Fragment xynGH11-7 was chosen for full-length gene cloning based on its low similarity (53%) to known endo-xylanase enzymes, which suggested potential for novelty, and was therefore chosen for full-length gene cloning. The full-length gene was obtained by thermal asymmetric interlaced-PCR (TAIL-PCR) using six nested, insertion-specific primers. The pPIC9K expression vector and Pichia pastoris were selected for enzyme expression, with the His6 tagged protein purified by chelation to a sepharose (Ni-NTA) resin matrix (Novagen, Merck, Kenilworth, NJ, USA). The details regarding oligonucleotide primers used for xynGH11-7 cloning and expression are provided in Table S1.

Enzyme activity was determined as described by Zhou [29], with several modifications: The release of reducing sugar from beech wood xylan was measured (1% w/v in acetate buffer, pH 6.0) at 37 °C for 10 min using a 3,5-dinitrosalicylic acid (DNSA) reagent.

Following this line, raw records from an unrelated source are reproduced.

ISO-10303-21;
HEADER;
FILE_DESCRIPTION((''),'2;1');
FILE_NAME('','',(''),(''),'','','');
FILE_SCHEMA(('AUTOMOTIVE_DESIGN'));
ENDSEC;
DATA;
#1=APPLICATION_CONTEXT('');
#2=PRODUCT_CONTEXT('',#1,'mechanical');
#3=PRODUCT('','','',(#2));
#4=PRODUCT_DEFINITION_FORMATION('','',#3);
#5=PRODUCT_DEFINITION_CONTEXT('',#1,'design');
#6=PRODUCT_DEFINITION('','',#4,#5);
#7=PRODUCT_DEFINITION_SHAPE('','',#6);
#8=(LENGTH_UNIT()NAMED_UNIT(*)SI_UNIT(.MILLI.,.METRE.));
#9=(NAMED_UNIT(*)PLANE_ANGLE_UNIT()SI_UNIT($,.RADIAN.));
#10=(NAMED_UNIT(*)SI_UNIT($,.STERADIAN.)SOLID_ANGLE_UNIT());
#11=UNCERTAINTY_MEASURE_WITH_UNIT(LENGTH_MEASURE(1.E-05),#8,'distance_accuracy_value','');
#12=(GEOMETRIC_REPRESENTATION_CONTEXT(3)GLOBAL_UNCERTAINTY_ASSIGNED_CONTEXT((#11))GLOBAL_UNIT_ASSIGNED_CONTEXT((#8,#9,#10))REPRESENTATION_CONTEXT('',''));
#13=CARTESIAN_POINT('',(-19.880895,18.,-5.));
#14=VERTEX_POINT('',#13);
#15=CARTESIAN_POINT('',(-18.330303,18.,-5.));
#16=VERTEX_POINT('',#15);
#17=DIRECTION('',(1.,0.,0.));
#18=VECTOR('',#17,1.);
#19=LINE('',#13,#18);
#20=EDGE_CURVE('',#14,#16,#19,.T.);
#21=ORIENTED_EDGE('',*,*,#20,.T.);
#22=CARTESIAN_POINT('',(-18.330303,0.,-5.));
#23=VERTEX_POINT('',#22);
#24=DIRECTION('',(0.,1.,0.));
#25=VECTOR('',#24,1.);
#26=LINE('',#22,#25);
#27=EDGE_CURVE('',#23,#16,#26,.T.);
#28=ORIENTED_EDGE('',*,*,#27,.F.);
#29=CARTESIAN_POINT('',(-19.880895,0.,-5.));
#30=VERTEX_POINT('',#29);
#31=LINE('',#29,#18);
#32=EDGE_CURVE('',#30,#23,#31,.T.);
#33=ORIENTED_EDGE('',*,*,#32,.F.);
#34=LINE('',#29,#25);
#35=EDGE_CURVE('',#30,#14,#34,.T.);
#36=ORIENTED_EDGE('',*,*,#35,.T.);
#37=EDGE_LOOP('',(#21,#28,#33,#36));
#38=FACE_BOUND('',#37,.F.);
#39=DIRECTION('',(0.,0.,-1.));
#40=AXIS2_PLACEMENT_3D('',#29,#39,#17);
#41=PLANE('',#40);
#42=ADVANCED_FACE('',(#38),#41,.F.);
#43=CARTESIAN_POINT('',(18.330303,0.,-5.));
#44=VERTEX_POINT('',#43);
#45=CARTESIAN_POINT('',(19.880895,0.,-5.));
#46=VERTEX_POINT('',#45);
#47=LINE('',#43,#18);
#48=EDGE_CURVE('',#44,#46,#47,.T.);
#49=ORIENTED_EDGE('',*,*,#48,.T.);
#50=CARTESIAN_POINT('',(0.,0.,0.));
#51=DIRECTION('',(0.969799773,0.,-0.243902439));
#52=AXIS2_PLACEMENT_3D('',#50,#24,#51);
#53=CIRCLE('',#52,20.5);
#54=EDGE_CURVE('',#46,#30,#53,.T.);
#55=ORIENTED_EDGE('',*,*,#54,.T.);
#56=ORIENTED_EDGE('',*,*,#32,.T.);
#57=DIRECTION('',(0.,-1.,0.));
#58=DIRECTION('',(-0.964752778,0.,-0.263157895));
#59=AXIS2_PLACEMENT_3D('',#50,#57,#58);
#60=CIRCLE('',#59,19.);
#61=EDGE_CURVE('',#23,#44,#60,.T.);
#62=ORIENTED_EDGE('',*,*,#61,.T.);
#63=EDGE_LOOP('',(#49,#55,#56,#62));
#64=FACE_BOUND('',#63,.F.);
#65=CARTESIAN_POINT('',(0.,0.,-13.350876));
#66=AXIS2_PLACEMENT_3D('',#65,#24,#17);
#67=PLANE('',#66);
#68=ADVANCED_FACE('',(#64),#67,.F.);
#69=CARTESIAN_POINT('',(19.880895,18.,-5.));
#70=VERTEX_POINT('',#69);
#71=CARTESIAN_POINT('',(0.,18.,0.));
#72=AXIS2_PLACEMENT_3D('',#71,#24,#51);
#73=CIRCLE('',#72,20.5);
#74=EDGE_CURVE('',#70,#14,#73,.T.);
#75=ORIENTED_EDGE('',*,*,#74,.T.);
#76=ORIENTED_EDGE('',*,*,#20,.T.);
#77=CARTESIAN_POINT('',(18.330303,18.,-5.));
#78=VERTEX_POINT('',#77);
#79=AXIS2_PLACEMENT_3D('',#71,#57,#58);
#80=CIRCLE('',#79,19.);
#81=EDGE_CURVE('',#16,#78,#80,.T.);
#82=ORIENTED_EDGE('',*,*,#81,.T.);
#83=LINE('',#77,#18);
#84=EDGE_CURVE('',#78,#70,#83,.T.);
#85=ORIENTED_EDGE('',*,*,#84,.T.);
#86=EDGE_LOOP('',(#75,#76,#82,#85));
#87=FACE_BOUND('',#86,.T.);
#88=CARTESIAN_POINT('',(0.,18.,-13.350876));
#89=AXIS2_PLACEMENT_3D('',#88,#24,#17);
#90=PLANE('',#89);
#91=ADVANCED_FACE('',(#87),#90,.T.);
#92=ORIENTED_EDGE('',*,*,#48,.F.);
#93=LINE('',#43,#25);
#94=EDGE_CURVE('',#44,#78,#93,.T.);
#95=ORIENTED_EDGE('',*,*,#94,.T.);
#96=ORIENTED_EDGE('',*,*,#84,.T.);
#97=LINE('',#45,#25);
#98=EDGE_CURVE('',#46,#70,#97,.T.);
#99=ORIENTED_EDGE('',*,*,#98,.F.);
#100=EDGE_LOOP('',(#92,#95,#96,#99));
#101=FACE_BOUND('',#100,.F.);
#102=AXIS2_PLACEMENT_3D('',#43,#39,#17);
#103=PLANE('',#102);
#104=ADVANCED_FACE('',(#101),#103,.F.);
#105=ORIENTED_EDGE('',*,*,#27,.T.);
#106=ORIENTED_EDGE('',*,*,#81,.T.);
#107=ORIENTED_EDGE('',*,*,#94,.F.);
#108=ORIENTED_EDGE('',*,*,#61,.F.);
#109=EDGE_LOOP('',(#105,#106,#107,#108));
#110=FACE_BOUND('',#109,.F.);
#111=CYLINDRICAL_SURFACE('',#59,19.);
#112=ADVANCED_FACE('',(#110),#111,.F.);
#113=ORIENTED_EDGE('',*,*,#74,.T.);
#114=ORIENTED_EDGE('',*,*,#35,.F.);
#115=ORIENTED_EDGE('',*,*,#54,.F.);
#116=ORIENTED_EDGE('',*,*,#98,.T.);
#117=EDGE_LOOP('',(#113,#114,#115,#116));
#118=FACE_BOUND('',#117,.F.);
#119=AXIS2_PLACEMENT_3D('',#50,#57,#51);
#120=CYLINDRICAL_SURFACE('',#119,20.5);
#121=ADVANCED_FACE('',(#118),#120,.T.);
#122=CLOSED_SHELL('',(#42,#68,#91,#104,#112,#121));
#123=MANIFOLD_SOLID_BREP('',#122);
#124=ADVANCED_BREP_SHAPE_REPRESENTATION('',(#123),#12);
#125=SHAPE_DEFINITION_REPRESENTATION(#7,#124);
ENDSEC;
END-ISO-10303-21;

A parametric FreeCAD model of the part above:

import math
import FreeCAD as App
import Part
import Sketcher
from FreeCAD import Vector
Q = App.Units.Quantity

doc = App.newDocument("Part")
body = doc.addObject("PartDesign::Body", "Body")

sketch1 = body.newObject("Sketcher::SketchObject", "Sketch")
sketch1.AttachmentSupport = (doc.getObject("XZ_Plane"), [""])
sketch1.MapMode = "FlatFace"
sketch1.addGeometry([
    Part.LineSegment(Vector(-19.880895, -5, 0), Vector(-18.330303, -5, 0)),
    Part.ArcOfCircle(Part.Circle(Vector(0, 0, 0), Vector(0, 0, 1), 19), math.radians(-164.742477), math.radians(-15.257523)),
    Part.LineSegment(Vector(18.330303, -5, 0), Vector(19.880895, -5, 0)),
    Part.ArcOfCircle(Part.Circle(Vector(0, 0, 0), Vector(0, 0, 1), 20.5), math.radians(-165.883019), math.radians(-14.116981)),
], False)
sketch1.addConstraint([
    Sketcher.Constraint("Coincident", 0, 2, 1, 1),
    Sketcher.Constraint("Coincident", 1, 2, 2, 1),
    Sketcher.Constraint("Coincident", 2, 2, 3, 2),
    Sketcher.Constraint("Coincident", 3, 1, 0, 1),
    Sketcher.Constraint("Horizontal", 0),
    Sketcher.Constraint("Horizontal", 2),
    Sketcher.Constraint("Coincident", 1, 3, -1, 1),
    Sketcher.Constraint("Coincident", 3, 3, -1, 1),
    Sketcher.Constraint("Horizontal", 0, 2, 1, 2),
    Sketcher.Constraint("Radius", 1, Q("19 mm")),
    Sketcher.Constraint("Radius", 3, Q("20.5 mm")),
    Sketcher.Constraint("DistanceY", 0, 2, -1, 1, Q("5 mm")),
])
pad1 = body.newObject("PartDesign::Pad", "Pad")
pad1.Profile = sketch1
pad1.Length = 18
pad1.Reversed = True

doc.recompute()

One unit (U) of endo-xylanase activity was defined as the amount of enzyme required to release 1 μmol of reducing sugars as xylose from xylan per minute under the reaction conditions.

The optimal pH was determined in a series of buffers with pH values ranging from 2.0 to 12.0, while the optimal temperature was determined over 10 °C intervals ranging from 20–70 °C. The buffers used were glycine-HCl (pH 2.0 to 3.0), acetate sodium-acetic acid (pH 4.0 to 6.0), dibasic sodium phosphate/sodium biphosphate (pH 6.0 to 8.0), and glycine-NaOH (pH 9.0 to 12.0). The pH stability of the enzyme activity was tested by pre-incubating the recombinant enzyme for 1 h at 37 °C and under pH conditions ranging from 2.0 to 12.0. The thermostability of the enzyme was determined by pre-incubating the enzyme for 1 h at 30–70 °C at a 10 °C intervals. The residual enzyme activities were assayed as described above.

4.7. Nucleotide Sequence Accession Numbers

The nucleotide sequences of the GH2, GH8, GH10, GH11 and GH36 gene fragments were deposited into the GenBank and DDBJ databases under accession numbers KF844174-KF844194, AB872357-AB872359, AB872360-AB872386, AB872387-AB872404, KF844195-KF844206, and AB872405-AB872421. The full-length endo-xylanase gene sequence has been submitted to the Genbank database with the accession number KF927127.